The state of Minnesota will implement a new biodiesel standard next spring, as Minnesota moves to a 20% biodiesel blend (B20) at pumps across the state. This new standard builds on Minnesota’s national leadership—in 2005, Minnesota became the first state in the nation to require all diesel fuel to have a blend of at least 2% biodiesel (B2).

Beginning in May 2018, B20 will be sold at filling stations across Minnesota during summer months, when higher biodiesel blends can be used reliably. In October, the biodiesel blend will drop back to B5 to ensure cold-weather reliability. Beginning in 2019, B20 will be available from April through September every year.

A large portion of Minnesota’s biodiesel is made from homegrown soybeans, which are one of the state’s leading cash crops. The Minnesota biodiesel industry annually contributes more than $1.7 billion to the economy. The state currently has three biodiesel plants located in Albert Lea, Brewster and Isanti, which combined, produce about 74 million gallons of biodiesel annually.

According to the American Lung Association in Minnesota, the use of biodiesel significantly reduces tail pipe emissions. B20 is expected to reduce 130 tons of particulate emissions and approximately 1 million tons of CO₂ next year.

Comments

Juan Valdez

As a Minnesota guy, I'm pleased to see our state taking a lead on this, even as the feds try to move back to oil and gas.

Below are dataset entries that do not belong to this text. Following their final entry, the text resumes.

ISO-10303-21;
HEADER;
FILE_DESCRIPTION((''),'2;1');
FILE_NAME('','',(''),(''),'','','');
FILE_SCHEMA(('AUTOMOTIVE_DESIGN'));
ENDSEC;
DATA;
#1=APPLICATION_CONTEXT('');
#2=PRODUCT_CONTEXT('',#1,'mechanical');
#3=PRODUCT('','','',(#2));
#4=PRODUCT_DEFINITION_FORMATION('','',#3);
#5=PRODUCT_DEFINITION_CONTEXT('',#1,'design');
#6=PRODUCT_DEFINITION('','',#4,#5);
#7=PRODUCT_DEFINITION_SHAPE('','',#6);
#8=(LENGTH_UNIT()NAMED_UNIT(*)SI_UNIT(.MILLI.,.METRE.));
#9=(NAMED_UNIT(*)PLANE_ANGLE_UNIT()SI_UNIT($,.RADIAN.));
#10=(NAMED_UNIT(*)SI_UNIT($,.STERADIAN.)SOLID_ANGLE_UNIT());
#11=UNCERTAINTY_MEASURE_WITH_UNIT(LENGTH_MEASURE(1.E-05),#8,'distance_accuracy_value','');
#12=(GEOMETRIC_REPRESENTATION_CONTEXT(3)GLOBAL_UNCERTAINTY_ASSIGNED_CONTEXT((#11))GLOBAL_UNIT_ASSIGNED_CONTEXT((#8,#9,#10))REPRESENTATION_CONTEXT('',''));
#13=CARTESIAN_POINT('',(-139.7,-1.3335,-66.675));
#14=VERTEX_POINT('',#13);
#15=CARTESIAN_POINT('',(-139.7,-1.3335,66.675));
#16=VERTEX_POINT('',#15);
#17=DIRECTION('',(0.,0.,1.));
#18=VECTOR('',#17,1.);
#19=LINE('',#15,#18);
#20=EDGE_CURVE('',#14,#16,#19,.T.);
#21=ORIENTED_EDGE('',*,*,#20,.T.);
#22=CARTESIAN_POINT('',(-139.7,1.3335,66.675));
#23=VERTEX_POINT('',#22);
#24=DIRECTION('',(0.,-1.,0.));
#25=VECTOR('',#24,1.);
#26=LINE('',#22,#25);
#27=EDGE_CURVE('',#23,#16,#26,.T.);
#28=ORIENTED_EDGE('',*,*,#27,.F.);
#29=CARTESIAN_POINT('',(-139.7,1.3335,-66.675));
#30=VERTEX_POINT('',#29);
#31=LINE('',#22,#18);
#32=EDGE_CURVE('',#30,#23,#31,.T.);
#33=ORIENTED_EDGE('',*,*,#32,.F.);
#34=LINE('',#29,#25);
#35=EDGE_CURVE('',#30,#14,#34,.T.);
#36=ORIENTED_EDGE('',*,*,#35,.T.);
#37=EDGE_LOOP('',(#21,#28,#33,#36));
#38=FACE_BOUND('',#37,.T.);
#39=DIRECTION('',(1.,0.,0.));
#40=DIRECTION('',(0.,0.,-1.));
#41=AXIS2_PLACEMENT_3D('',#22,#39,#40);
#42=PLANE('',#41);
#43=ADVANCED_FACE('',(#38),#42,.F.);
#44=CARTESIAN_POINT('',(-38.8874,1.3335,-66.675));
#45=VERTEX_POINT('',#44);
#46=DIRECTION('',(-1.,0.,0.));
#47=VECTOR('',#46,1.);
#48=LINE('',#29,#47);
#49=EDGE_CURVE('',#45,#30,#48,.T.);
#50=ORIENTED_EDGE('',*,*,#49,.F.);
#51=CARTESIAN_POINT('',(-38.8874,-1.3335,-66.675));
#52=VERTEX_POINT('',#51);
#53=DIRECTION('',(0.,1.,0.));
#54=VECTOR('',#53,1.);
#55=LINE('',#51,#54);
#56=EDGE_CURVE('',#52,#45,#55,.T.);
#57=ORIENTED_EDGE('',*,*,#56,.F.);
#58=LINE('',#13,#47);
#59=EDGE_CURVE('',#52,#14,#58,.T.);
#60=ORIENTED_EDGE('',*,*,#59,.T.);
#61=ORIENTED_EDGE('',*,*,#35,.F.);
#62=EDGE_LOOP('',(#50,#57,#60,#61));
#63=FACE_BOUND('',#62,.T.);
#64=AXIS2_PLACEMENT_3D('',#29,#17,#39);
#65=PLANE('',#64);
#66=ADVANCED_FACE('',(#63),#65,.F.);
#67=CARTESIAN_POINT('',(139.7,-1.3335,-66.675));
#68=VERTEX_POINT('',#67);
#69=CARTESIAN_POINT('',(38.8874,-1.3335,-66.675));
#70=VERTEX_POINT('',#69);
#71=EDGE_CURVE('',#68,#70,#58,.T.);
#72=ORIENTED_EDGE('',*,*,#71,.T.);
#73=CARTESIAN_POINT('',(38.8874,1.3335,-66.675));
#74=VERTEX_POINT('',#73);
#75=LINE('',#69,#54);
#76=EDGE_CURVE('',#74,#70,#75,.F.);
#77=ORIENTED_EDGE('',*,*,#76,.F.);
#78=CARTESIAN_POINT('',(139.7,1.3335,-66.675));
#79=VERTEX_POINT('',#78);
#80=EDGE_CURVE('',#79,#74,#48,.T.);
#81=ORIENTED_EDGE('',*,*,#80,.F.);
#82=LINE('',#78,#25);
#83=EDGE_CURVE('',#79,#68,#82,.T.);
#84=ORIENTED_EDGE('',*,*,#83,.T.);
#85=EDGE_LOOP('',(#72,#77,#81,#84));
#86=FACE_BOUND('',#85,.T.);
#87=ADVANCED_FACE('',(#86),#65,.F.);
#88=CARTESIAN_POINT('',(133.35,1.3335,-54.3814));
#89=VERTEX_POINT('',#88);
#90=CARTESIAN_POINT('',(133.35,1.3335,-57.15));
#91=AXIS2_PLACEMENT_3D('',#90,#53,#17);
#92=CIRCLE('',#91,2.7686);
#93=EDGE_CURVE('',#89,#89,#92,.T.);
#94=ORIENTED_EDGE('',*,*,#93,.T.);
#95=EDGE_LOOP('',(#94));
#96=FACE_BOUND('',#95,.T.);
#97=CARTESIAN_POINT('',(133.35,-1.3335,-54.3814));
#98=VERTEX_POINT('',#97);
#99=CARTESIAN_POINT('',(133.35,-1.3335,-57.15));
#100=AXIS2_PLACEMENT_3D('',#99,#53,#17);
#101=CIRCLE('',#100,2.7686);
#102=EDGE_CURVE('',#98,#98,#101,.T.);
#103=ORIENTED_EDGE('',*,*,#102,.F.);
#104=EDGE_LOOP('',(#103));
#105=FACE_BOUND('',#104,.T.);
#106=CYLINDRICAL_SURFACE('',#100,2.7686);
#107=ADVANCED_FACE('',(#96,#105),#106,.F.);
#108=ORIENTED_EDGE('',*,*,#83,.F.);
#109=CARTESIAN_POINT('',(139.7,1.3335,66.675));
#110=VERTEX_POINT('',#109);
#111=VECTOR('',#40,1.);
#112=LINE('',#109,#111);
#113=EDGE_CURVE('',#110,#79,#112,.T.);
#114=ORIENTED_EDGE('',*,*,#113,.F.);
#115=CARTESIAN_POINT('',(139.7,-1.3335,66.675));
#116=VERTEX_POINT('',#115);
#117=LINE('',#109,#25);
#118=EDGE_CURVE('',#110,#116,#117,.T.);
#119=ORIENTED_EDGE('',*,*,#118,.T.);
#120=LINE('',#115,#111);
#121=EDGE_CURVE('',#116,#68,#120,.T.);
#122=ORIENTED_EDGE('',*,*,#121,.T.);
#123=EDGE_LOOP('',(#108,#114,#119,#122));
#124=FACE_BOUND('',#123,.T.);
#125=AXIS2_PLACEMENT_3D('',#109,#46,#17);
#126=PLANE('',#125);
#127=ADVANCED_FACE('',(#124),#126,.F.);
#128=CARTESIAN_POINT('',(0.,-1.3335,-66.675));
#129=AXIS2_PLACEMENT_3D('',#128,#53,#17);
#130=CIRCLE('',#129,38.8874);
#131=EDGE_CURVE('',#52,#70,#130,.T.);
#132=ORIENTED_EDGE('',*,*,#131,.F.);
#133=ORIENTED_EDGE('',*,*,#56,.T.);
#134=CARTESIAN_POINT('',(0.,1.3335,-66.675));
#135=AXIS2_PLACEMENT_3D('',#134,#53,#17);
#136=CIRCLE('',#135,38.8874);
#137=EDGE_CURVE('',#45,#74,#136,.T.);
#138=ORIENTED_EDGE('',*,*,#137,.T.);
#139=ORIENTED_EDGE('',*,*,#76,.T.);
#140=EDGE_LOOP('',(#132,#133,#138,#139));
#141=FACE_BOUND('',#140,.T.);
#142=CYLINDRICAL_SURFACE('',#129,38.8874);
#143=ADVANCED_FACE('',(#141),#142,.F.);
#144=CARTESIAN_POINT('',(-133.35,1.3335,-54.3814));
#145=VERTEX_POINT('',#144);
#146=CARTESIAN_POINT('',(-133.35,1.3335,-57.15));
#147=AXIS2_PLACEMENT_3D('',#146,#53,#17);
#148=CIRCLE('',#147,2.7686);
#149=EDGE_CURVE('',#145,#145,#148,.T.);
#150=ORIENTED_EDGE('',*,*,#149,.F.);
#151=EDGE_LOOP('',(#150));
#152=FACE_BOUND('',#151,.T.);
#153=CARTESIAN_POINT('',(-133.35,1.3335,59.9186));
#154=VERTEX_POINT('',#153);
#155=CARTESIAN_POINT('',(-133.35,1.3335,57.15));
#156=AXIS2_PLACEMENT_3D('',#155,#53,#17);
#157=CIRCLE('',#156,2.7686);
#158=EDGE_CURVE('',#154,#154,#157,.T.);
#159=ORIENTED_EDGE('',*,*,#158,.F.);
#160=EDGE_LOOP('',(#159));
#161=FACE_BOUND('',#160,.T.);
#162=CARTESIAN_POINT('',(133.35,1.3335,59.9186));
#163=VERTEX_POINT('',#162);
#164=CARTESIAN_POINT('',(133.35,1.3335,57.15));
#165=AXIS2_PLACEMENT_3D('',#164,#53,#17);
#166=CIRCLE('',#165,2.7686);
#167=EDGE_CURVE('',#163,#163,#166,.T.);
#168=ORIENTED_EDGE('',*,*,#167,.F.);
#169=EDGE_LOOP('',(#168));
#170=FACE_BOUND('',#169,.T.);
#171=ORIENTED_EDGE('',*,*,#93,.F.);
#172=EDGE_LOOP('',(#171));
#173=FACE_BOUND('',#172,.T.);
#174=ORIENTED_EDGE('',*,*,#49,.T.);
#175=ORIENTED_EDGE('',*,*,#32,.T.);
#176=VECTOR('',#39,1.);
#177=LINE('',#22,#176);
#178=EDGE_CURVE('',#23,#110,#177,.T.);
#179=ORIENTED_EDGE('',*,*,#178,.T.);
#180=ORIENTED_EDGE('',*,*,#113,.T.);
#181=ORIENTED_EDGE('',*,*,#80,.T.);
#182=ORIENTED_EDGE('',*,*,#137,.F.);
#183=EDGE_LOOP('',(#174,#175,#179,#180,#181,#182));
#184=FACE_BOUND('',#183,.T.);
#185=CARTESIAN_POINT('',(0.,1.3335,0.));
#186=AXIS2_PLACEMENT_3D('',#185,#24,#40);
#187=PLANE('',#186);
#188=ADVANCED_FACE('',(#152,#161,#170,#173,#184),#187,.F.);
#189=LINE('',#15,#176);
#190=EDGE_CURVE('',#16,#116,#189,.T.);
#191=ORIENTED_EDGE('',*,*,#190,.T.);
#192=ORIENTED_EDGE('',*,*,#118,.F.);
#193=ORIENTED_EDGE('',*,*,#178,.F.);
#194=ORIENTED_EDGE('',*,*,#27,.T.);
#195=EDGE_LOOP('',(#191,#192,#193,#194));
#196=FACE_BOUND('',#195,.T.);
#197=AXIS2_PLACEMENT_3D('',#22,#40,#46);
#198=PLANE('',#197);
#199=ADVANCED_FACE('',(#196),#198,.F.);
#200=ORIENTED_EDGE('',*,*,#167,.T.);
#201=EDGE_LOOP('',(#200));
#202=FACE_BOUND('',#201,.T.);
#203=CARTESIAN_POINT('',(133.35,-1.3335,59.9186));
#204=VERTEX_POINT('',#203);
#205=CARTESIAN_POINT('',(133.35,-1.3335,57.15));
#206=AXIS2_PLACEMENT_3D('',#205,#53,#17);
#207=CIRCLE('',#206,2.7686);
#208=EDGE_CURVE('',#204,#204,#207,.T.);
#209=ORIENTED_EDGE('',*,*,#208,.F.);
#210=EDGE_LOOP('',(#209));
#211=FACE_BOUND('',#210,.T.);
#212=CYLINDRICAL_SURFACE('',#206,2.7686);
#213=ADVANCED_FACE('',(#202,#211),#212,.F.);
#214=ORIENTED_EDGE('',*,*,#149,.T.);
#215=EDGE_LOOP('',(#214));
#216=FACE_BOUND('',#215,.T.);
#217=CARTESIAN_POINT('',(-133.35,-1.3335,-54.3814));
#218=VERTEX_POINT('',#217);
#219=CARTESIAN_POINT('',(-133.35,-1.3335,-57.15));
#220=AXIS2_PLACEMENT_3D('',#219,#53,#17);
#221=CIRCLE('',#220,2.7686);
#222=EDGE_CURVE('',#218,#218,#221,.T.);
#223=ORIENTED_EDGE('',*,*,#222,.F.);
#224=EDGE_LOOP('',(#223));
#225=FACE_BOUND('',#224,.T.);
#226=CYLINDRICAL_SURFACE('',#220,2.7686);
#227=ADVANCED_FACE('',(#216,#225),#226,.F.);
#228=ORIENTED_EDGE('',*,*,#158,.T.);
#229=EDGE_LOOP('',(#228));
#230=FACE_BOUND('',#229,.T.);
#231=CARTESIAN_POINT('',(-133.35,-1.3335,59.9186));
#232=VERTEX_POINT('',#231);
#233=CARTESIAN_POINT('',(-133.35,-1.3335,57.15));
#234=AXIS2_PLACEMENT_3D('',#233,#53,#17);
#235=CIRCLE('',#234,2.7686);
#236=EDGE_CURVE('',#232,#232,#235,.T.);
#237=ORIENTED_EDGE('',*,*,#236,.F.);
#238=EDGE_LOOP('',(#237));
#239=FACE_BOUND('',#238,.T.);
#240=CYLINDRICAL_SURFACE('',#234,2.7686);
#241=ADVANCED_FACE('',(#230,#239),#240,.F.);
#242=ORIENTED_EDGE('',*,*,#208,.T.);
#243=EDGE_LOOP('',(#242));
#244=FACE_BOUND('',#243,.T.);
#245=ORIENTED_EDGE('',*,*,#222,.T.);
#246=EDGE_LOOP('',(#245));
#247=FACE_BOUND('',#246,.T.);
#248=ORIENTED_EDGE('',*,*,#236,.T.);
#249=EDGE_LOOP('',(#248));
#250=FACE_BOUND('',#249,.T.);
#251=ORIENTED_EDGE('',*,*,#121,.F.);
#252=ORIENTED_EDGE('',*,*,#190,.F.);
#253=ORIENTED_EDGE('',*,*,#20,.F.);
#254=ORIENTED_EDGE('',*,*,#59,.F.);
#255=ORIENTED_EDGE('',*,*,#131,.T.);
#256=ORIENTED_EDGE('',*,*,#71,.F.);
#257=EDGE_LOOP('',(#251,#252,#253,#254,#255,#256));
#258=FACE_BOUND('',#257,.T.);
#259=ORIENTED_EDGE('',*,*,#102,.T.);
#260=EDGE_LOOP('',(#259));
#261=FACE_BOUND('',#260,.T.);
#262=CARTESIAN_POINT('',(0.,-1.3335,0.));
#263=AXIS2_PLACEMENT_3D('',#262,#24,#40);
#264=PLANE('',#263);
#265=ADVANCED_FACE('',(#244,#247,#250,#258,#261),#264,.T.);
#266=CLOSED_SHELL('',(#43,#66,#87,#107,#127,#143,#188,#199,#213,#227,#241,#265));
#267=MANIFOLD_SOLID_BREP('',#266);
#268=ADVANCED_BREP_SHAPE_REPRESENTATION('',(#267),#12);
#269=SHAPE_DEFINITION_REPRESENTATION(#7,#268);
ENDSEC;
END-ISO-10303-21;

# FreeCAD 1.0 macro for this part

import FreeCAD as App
import Part
import Sketcher

V = App.Vector
Q = App.Units.Quantity


def add_polygon(sketch, points):
    """Adds a closed chain of lines whose ends are joined by coincident constraints."""
    first, n = sketch.GeometryCount, len(points)
    for a, b in zip(points, points[1:] + points[:1]):
        sketch.addGeometry(Part.LineSegment(App.Vector(*a, 0), App.Vector(*b, 0)), False)
    for i in range(n):
        sketch.addConstraint(Sketcher.Constraint("Coincident", first + i, 2, first + (i + 1) % n, 1))

doc = App.newDocument("Part")
body = doc.addObject("PartDesign::Body", "Body")

sketch1 = body.newObject("Sketcher::SketchObject", "Sketch")
sketch1.AttachmentSupport = (doc.getObject("XZ_Plane"), [""])
sketch1.MapMode = "FlatFace"
add_polygon(sketch1, [(-139.7, -66.675), (-139.7, 66.675), (139.7, 66.675), (139.7, -66.675)])
sketch1.addConstraint([
    Sketcher.Constraint("Vertical", 0),
    Sketcher.Constraint("Horizontal", 1),
    Sketcher.Constraint("Vertical", 2),
    Sketcher.Constraint("Horizontal", 3),
    Sketcher.Constraint("Symmetric", 0, 2, 2, 2, -1, 1),
    Sketcher.Constraint("DistanceX", 1, 1, 1, 2, Q("11 in")),
    Sketcher.Constraint("DistanceY", 0, 1, 0, 2, Q("5.25 in")),
])
pad1 = body.newObject("PartDesign::Pad", "Pad")
pad1.Profile = sketch1
pad1.Length = Q("0.105 in")
pad1.Midplane = True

However, we need to move faster to electrify all transportation, big trucks included. Long-haul trucks take standard routes so battery swaps could handle the entire trip. In town trucks could just use rechargeable and lighter batteries.

In the interim, I think biodiesel and biofuel tech would be better applied to aircraft and ships, vehicles where battery power will take longer to implement. It would be easy to imagine 100% bio-fuels for aircraft and ships, while cars and trucks move immediately to electrification.

Carl

There was a study conducted in 2013 that analyzed the full life-cycle impacts of electric and diesel transit buses (http://onlinelibrary.wiley.com/doi/10.1111/jiec.12024/full).

In only 8 states were the electric buses superior to the diesel buses, and that was with regular petroleum-based diesel fuel. B20 clearly would be better still.

Since OTR trucks cross many states, there are probably no scenario in which electric trucks overall would be superior to diesel trucks running B20 with respect to GHG emissions or damages to public health and the environment.

James McLaughlin

And who paid for that obviously bogus study? (No I did not read it, I only read good books.)

Carl

The study was funded by U.S. National Science Foundation. Grant Number: 0967353 and Norwegian Research Council. Grant Number: 190940, according to the paper.

Max Reid

Way to go. There is plenty of soybean and Bio-diesel can be produced from that crop. And tropical countries can produce it from Palm.